- [Goal of the exercise]: Reproduce exactly the lines of the material beneath, from the line that contains "line L26 (6.4, -7.2) -> (5.6, -7.2)" to the line that contains "line L2 (1.75, -4) -> (-1.85, -4)", both included, and no other lines.

- [Given entries]:
◇ ◇ ◇ ◇ ◇ ◇ ◇

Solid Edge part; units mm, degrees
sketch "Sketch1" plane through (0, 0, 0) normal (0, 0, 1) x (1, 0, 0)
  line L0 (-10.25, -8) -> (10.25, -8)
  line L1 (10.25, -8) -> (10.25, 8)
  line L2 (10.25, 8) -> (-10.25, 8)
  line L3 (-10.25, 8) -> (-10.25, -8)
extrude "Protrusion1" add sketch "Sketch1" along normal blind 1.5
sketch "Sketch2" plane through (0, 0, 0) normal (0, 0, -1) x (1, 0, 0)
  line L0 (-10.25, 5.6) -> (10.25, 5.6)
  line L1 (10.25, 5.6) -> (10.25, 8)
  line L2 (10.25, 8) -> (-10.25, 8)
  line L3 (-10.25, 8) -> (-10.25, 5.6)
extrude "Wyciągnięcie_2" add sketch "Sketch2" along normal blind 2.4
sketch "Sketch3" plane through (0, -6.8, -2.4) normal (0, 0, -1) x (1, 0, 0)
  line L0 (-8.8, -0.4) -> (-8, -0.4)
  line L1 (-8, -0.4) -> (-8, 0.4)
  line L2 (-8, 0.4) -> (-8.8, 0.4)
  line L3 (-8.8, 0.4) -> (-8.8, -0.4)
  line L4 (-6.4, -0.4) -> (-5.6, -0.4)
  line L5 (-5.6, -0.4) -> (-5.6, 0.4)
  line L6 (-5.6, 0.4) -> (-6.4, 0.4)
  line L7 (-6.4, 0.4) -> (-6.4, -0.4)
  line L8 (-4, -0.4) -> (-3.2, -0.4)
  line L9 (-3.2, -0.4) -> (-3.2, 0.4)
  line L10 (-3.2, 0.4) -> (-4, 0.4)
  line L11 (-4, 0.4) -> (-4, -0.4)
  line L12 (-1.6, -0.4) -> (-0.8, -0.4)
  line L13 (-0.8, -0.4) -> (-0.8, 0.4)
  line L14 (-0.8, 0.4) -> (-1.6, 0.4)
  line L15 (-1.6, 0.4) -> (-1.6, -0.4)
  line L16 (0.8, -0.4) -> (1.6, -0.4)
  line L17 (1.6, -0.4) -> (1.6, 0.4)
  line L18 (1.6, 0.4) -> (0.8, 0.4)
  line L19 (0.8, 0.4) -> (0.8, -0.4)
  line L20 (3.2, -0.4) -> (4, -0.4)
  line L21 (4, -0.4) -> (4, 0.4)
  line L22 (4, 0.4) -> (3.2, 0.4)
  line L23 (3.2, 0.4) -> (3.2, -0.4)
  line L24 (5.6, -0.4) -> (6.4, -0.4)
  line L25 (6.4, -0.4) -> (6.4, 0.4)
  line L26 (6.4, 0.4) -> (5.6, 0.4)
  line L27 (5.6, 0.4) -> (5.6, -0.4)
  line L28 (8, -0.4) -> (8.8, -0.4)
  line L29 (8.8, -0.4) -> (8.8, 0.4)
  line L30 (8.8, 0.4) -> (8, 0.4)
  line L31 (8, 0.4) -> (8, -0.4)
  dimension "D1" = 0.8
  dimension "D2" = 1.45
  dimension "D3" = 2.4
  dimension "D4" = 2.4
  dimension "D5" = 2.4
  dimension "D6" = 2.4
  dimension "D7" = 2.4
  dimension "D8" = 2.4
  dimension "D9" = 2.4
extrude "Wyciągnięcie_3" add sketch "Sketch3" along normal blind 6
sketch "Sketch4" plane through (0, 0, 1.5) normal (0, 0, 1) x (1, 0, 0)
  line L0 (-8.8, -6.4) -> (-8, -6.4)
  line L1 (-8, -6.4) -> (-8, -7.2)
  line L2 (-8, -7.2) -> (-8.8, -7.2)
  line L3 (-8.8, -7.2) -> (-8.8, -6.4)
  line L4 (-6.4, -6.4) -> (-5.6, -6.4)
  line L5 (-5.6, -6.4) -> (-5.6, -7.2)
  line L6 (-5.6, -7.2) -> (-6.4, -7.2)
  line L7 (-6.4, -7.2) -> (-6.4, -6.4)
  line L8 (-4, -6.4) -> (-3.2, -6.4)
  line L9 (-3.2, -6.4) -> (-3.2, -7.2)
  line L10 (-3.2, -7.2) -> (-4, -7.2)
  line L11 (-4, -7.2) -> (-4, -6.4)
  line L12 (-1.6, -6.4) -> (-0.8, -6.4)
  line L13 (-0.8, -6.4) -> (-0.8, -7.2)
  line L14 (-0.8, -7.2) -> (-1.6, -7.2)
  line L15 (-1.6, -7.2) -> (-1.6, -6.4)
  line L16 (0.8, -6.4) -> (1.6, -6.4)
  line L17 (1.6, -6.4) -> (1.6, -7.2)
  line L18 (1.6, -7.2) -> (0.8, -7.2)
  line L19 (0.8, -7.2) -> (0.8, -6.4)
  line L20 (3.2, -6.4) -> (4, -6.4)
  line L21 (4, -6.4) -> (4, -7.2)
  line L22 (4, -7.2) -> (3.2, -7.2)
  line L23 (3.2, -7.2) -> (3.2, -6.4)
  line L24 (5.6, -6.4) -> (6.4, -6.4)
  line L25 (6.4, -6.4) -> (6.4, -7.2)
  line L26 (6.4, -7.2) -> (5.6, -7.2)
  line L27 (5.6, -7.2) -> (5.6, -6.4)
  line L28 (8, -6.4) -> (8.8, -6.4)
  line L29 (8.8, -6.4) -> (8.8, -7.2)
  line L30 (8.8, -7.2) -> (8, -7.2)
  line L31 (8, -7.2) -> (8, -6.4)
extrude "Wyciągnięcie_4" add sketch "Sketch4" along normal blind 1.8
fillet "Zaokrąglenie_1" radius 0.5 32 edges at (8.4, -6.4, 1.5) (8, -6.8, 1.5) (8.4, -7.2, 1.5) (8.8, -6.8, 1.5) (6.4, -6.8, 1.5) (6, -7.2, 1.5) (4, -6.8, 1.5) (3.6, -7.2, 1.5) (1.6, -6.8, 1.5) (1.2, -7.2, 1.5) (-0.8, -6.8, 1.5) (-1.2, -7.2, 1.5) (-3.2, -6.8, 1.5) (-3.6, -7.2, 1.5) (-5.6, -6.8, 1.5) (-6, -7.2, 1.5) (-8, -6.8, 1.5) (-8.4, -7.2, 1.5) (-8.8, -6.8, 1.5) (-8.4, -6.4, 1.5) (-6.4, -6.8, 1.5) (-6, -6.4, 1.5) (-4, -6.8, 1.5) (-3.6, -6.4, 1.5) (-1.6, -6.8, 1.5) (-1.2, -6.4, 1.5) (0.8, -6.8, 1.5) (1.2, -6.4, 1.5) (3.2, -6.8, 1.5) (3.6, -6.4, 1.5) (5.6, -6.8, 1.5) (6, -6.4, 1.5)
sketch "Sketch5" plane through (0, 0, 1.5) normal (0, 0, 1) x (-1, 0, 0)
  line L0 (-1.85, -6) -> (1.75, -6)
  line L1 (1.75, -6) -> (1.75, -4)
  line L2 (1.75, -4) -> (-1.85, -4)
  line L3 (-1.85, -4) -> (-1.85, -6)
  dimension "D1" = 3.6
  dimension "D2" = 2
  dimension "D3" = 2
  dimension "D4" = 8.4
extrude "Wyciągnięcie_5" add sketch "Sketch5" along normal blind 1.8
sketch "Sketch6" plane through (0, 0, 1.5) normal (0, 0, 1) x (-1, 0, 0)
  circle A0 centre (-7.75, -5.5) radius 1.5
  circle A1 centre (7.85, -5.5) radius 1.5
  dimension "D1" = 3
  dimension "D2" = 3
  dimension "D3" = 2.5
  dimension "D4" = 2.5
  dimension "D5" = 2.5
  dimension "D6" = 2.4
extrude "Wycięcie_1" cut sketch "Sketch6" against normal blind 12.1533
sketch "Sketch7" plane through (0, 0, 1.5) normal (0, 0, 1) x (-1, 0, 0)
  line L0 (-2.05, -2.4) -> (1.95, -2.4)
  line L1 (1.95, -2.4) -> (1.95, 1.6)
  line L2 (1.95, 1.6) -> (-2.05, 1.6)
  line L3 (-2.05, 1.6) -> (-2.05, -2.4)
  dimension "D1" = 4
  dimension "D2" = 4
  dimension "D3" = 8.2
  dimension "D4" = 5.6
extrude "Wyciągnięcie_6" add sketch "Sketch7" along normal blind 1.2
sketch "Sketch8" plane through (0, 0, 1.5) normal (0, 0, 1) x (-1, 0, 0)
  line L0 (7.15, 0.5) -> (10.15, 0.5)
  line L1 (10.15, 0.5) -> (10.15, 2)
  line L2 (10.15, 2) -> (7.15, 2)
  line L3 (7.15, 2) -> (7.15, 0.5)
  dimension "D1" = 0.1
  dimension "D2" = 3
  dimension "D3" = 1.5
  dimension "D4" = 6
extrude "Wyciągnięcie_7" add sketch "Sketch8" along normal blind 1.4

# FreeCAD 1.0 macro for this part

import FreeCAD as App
import Part
import Sketcher
Q = App.Units.Quantity


def edges_at(feature, points):
    """Names of the edges that pass closest to the given points."""
    edges = feature.Shape.Edges
    near = lambda p: min(range(len(edges)), key=lambda i: edges[i].distToShape(Part.Vertex(*p))[0])
    return sorted({f"Edge{near(p) + 1}" for p in points})

doc = App.newDocument("Part")
params = doc.addObject("Spreadsheet::Sheet", "Params")
for row, (alias, value) in enumerate([
    ("sketch1_height", "16 mm"),
    ("sketch1_width", "20.5 mm"),
    ("pad1_length", "1.5 mm"),
    ("sketch2_width", "20.5 mm"),
    ("sketch2_height", "2.4 mm"),
    ("pad2_length", "2.4 mm"),
    ("sketch3_width", "0.8 mm"),
    ("pad3_length", "6 mm"),
    ("sketch4_width", "0.8 mm"),
    ("pad4_length", "1.8 mm"),
    ("fillet_radius", "0.5 mm"),
    ("sketch5_height", "2 mm"),
    ("pad5_length", "1.8 mm"),
    ("sketch6_diameter", "3 mm"),
    ("pocket1_length", "12.1533 mm"),
    ("sketch7_width", "4 mm"),
    ("pad6_length", "1.2 mm"),
    ("sketch8_width", "3 mm"),
    ("sketch8_height", "1.5 mm"),
    ("pad7_length", "1.4 mm"),
], start=1):
    params.set(f"A{row}", alias)
    params.set(f"B{row}", "=" + value)
    params.setAlias(f"B{row}", alias)

body = doc.addObject("PartDesign::Body", "Body")

sketch1 = body.newObject("Sketcher::SketchObject", "Sketch")
sketch1.AttachmentSupport = (doc.getObject("XY_Plane"), [""])
sketch1.MapMode = "FlatFace"
sketch1.addGeometry([
    Part.LineSegment(App.Vector(-10.25, 8, 0), App.Vector(-10.25, -8, 0)),
    Part.LineSegment(App.Vector(-10.25, -8, 0), App.Vector(10.25, -8, 0)),
    Part.LineSegment(App.Vector(10.25, -8, 0), App.Vector(10.25, 8, 0)),
    Part.LineSegment(App.Vector(10.25, 8, 0), App.Vector(-10.25, 8, 0)),
], False)
sketch1.addConstraint([
    Sketcher.Constraint("Coincident", 0, 2, 1, 1),
    Sketcher.Constraint("Coincident", 1, 2, 2, 1),
    Sketcher.Constraint("Coincident", 2, 2, 3, 1),
    Sketcher.Constraint("Coincident", 3, 2, 0, 1),
    Sketcher.Constraint("Vertical", 0),
    Sketcher.Constraint("Horizontal", 1),
    Sketcher.Constraint("Vertical", 2),
    Sketcher.Constraint("Horizontal", 3),
    Sketcher.Constraint("Symmetric", 0, 2, 2, 2, -1, 1),
    Sketcher.Constraint("DistanceY", 0, 2, 0, 1, Q("16 mm")),
    Sketcher.Constraint("DistanceX", 1, 1, 1, 2, Q("20.5 mm")),
])
sketch1.setExpression("Constraints[9]", "Params.sketch1_height")
sketch1.setExpression("Constraints[10]", "Params.sketch1_width")
pad1 = body.newObject("PartDesign::Pad", "Pad")
pad1.Profile = sketch1
pad1.setExpression("Length", "Params.pad1_length")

◇ ◇ ◇ ◇ ◇ ◇ ◇

- [Exercise answer]:
  line L26 (6.4, -7.2) -> (5.6, -7.2)
  line L27 (5.6, -7.2) -> (5.6, -6.4)
  line L28 (8, -6.4) -> (8.8, -6.4)
  line L29 (8.8, -6.4) -> (8.8, -7.2)
  line L30 (8.8, -7.2) -> (8, -7.2)
  line L31 (8, -7.2) -> (8, -6.4)
extrude "Wyciągnięcie_4" add sketch "Sketch4" along normal blind 1.8
fillet "Zaokrąglenie_1" radius 0.5 32 edges at (8.4, -6.4, 1.5) (8, -6.8, 1.5) (8.4, -7.2, 1.5) (8.8, -6.8, 1.5) (6.4, -6.8, 1.5) (6, -7.2, 1.5) (4, -6.8, 1.5) (3.6, -7.2, 1.5) (1.6, -6.8, 1.5) (1.2, -7.2, 1.5) (-0.8, -6.8, 1.5) (-1.2, -7.2, 1.5) (-3.2, -6.8, 1.5) (-3.6, -7.2, 1.5) (-5.6, -6.8, 1.5) (-6, -7.2, 1.5) (-8, -6.8, 1.5) (-8.4, -7.2, 1.5) (-8.8, -6.8, 1.5) (-8.4, -6.4, 1.5) (-6.4, -6.8, 1.5) (-6, -6.4, 1.5) (-4, -6.8, 1.5) (-3.6, -6.4, 1.5) (-1.6, -6.8, 1.5) (-1.2, -6.4, 1.5) (0.8, -6.8, 1.5) (1.2, -6.4, 1.5) (3.2, -6.8, 1.5) (3.6, -6.4, 1.5) (5.6, -6.8, 1.5) (6, -6.4, 1.5)
sketch "Sketch5" plane through (0, 0, 1.5) normal (0, 0, 1) x (-1, 0, 0)
  line L0 (-1.85, -6) -> (1.75, -6)
  line L1 (1.75, -6) -> (1.75, -4)
  line L2 (1.75, -4) -> (-1.85, -4)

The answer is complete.